== Input data ==

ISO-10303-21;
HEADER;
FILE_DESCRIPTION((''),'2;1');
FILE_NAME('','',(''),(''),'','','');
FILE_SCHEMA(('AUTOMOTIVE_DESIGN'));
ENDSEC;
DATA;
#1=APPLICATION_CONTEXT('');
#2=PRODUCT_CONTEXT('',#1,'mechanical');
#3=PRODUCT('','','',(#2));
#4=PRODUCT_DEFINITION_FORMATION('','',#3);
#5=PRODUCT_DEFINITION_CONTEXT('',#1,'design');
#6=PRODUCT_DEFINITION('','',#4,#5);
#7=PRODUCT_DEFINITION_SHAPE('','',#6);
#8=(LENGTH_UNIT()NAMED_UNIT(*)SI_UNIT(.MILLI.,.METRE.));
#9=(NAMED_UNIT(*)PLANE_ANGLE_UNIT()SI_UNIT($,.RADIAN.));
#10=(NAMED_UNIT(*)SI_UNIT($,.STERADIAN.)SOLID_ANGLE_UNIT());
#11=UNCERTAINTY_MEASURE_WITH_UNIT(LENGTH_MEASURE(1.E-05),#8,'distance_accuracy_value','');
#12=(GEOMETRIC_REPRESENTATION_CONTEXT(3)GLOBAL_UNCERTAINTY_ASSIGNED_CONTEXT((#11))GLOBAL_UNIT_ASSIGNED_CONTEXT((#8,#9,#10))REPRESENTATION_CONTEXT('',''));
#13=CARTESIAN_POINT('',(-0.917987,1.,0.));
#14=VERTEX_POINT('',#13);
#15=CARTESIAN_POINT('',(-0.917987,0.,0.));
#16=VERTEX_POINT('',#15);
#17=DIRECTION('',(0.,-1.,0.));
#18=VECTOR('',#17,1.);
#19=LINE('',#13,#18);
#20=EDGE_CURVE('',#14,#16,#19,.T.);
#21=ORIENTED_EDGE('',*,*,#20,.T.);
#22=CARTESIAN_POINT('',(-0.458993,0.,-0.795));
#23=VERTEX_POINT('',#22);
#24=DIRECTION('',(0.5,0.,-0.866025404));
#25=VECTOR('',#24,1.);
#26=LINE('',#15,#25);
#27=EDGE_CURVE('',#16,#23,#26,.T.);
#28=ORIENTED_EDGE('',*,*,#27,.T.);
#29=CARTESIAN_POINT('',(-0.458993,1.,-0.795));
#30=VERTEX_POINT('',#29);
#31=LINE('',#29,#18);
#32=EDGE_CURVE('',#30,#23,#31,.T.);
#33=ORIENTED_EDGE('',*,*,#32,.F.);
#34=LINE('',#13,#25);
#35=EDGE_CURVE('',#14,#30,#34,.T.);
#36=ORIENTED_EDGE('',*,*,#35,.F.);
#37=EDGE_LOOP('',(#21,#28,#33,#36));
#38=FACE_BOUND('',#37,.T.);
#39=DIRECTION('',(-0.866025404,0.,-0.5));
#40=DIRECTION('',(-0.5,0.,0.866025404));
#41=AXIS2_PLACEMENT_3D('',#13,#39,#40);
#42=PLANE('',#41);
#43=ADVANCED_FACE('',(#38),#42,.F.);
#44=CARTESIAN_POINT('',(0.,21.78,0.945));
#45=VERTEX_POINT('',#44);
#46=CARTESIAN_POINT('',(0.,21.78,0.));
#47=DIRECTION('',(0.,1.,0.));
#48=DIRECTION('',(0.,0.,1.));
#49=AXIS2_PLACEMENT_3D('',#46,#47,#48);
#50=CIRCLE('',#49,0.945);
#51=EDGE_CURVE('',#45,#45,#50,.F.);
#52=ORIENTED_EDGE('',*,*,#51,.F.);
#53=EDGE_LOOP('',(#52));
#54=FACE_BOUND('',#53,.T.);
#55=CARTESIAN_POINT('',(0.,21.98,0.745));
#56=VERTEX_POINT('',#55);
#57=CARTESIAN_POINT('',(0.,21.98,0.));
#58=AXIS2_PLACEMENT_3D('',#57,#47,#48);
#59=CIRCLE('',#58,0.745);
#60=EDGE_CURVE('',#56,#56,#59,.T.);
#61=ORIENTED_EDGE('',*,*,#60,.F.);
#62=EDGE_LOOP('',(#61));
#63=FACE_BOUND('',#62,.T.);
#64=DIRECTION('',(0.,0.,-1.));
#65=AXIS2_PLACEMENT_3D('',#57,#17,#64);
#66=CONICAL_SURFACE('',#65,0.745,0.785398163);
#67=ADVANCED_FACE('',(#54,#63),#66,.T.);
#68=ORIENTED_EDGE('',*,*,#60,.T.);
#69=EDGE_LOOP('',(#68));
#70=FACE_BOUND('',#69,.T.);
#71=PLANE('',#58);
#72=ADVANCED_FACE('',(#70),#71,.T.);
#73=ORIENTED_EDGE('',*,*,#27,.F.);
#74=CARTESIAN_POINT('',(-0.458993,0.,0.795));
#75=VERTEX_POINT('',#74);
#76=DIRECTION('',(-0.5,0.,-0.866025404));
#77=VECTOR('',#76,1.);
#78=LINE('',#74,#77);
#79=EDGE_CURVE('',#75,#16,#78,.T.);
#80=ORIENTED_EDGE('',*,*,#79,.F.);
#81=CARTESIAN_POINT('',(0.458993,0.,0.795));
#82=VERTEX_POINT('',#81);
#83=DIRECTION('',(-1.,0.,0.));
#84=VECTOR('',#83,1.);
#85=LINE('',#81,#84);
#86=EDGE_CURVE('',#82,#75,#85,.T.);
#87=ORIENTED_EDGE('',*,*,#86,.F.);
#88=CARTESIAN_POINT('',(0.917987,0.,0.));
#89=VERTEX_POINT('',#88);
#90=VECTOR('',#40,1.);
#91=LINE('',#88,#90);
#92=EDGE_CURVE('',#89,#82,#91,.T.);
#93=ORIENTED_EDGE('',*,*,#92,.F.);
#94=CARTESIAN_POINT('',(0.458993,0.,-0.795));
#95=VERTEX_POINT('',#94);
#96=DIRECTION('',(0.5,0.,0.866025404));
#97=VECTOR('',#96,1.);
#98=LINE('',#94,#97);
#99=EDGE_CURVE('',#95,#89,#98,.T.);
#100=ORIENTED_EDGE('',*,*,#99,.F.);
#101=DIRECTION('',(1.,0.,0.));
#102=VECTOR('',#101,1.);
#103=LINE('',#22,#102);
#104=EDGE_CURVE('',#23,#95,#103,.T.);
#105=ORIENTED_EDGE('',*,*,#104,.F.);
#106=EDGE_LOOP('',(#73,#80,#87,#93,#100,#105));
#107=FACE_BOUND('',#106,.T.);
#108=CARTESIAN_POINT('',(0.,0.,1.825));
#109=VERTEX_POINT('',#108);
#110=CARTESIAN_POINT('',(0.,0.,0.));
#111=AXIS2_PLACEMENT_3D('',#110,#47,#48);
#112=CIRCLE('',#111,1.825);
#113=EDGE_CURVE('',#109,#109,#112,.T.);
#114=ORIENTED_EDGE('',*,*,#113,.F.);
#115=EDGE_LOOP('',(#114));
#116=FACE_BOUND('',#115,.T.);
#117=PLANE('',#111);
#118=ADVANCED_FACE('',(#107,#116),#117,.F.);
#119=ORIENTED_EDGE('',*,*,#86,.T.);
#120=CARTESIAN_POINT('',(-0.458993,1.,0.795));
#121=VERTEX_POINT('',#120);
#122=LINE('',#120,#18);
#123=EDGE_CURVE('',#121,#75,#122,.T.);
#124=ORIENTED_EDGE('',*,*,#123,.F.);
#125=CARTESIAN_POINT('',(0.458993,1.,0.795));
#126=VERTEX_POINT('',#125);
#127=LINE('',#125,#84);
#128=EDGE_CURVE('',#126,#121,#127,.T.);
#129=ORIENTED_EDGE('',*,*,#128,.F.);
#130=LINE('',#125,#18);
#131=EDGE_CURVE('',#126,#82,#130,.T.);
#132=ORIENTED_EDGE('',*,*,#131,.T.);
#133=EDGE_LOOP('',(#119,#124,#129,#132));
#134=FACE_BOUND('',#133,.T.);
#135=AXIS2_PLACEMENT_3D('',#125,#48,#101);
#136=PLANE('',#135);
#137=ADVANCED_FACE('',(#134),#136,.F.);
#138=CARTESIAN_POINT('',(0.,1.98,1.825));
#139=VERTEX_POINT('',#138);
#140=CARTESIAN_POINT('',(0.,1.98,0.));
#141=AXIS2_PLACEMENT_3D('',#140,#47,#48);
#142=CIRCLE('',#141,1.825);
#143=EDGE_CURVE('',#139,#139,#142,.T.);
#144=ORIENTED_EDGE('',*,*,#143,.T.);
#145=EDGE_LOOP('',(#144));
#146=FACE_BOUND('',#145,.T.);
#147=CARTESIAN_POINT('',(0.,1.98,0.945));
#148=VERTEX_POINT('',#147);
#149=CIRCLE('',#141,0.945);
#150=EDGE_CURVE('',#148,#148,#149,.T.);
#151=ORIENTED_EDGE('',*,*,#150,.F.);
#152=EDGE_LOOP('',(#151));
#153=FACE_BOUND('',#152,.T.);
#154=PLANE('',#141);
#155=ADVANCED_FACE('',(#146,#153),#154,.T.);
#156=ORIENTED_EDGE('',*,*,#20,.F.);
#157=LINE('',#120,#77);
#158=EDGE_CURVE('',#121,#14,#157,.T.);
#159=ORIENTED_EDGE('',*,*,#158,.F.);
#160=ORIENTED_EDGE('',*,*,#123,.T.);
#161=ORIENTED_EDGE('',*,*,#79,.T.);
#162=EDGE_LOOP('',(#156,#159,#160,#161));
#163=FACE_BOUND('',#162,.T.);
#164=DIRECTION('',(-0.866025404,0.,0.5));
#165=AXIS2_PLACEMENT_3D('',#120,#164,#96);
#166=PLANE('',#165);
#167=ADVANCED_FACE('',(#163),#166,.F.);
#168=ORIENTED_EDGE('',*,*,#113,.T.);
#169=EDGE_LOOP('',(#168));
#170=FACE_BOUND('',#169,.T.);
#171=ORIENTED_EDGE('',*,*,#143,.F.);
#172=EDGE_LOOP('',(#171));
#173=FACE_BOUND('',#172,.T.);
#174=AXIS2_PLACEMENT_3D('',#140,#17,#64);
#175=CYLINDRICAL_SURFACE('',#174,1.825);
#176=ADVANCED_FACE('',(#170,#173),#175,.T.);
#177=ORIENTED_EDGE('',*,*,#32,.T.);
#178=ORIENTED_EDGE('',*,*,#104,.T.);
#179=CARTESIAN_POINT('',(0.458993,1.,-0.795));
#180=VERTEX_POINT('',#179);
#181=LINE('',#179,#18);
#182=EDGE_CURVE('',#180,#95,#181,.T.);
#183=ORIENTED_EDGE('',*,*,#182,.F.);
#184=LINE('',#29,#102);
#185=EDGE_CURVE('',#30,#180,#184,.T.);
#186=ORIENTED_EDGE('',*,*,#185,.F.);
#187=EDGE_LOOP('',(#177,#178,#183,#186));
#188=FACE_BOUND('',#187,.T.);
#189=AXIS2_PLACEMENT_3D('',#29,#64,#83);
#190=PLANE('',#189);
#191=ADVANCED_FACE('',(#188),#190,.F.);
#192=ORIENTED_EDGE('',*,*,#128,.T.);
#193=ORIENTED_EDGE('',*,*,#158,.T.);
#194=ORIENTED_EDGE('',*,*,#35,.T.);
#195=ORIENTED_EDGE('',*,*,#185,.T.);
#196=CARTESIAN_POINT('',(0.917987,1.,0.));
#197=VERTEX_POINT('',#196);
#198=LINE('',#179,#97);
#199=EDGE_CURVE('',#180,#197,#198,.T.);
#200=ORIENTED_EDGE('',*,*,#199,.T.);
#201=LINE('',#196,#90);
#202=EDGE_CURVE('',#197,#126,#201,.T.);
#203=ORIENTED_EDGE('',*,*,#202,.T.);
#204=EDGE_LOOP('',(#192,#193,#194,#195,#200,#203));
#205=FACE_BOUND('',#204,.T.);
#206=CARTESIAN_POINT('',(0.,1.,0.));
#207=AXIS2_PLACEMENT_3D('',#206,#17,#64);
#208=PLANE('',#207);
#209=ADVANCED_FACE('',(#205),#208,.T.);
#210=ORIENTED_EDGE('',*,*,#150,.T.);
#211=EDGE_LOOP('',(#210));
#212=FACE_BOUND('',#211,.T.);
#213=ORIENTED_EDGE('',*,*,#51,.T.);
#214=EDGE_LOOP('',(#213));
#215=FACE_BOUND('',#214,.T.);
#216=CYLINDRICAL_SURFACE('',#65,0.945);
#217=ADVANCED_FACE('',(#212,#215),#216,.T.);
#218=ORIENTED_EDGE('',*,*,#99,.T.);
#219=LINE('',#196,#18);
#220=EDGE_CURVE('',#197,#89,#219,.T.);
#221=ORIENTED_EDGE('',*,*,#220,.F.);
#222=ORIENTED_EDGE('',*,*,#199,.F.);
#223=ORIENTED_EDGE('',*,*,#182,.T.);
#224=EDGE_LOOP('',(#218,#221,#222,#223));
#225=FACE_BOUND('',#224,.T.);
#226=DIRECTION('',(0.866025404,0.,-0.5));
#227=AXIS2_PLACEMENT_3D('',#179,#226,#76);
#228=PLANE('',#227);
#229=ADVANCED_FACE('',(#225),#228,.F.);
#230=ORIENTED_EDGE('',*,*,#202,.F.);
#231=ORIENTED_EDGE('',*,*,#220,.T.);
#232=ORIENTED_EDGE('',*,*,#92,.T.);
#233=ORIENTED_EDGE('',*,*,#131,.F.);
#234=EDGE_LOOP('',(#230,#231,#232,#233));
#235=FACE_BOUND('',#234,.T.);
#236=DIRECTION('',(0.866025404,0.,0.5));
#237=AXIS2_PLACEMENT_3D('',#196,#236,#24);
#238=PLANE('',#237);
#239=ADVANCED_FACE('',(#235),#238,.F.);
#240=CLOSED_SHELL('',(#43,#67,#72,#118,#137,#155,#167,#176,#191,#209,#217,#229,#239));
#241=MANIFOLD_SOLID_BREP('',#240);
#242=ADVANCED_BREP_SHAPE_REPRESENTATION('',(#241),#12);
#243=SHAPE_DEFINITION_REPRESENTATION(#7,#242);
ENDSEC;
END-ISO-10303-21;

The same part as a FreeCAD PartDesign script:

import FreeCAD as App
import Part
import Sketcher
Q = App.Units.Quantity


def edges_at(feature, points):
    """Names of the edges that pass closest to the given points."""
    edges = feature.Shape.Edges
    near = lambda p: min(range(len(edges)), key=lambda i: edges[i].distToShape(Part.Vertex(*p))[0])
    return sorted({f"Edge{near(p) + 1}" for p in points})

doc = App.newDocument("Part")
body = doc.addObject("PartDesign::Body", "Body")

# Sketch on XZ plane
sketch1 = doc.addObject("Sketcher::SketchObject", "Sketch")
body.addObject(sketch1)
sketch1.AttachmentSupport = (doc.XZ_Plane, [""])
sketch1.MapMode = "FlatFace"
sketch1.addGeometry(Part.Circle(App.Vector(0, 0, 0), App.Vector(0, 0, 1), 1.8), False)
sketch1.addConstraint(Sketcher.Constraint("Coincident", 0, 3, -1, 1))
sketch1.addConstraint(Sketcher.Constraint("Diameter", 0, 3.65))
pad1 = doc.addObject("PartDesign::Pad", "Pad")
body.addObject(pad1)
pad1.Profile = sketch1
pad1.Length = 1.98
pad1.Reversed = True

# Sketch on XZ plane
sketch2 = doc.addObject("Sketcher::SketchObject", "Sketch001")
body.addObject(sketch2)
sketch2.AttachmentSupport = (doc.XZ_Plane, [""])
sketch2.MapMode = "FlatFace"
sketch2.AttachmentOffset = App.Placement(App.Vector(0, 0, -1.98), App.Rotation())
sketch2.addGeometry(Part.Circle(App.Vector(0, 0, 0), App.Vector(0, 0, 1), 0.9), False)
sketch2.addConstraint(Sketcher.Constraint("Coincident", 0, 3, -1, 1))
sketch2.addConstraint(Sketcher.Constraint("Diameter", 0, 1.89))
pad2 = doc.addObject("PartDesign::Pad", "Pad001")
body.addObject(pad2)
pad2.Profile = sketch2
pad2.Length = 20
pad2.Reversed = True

===

Work to complete:
Your answer must be the lines above from the one containing "#115=EDGE_LOOP('',(#114));" to the one containing "#164=DIRECTION('',(-0.866025404,0.,0.5));", both included, restated word for word.

Completed exercise:
#115=EDGE_LOOP('',(#114));
#116=FACE_BOUND('',#115,.T.);
#117=PLANE('',#111);
#118=ADVANCED_FACE('',(#107,#116),#117,.F.);
#119=ORIENTED_EDGE('',*,*,#86,.T.);
#120=CARTESIAN_POINT('',(-0.458993,1.,0.795));
#121=VERTEX_POINT('',#120);
#122=LINE('',#120,#18);
#123=EDGE_CURVE('',#121,#75,#122,.T.);
#124=ORIENTED_EDGE('',*,*,#123,.F.);
#125=CARTESIAN_POINT('',(0.458993,1.,0.795));
#126=VERTEX_POINT('',#125);
#127=LINE('',#125,#84);
#128=EDGE_CURVE('',#126,#121,#127,.T.);
#129=ORIENTED_EDGE('',*,*,#128,.F.);
#130=LINE('',#125,#18);
#131=EDGE_CURVE('',#126,#82,#130,.T.);
#132=ORIENTED_EDGE('',*,*,#131,.T.);
#133=EDGE_LOOP('',(#119,#124,#129,#132));
#134=FACE_BOUND('',#133,.T.);
#135=AXIS2_PLACEMENT_3D('',#125,#48,#101);
#136=PLANE('',#135);
#137=ADVANCED_FACE('',(#134),#136,.F.);
#138=CARTESIAN_POINT('',(0.,1.98,1.825));
#139=VERTEX_POINT('',#138);
#140=CARTESIAN_POINT('',(0.,1.98,0.));
#141=AXIS2_PLACEMENT_3D('',#140,#47,#48);
#142=CIRCLE('',#141,1.825);
#143=EDGE_CURVE('',#139,#139,#142,.T.);
#144=ORIENTED_EDGE('',*,*,#143,.T.);
#145=EDGE_LOOP('',(#144));
#146=FACE_BOUND('',#145,.T.);
#147=CARTESIAN_POINT('',(0.,1.98,0.945));
#148=VERTEX_POINT('',#147);
#149=CIRCLE('',#141,0.945);
#150=EDGE_CURVE('',#148,#148,#149,.T.);
#151=ORIENTED_EDGE('',*,*,#150,.F.);
#152=EDGE_LOOP('',(#151));
#153=FACE_BOUND('',#152,.T.);
#154=PLANE('',#141);
#155=ADVANCED_FACE('',(#146,#153),#154,.T.);
#156=ORIENTED_EDGE('',*,*,#20,.F.);
#157=LINE('',#120,#77);
#158=EDGE_CURVE('',#121,#14,#157,.T.);
#159=ORIENTED_EDGE('',*,*,#158,.F.);
#160=ORIENTED_EDGE('',*,*,#123,.T.);
#161=ORIENTED_EDGE('',*,*,#79,.T.);
#162=EDGE_LOOP('',(#156,#159,#160,#161));
#163=FACE_BOUND('',#162,.T.);
#164=DIRECTION('',(-0.866025404,0.,0.5));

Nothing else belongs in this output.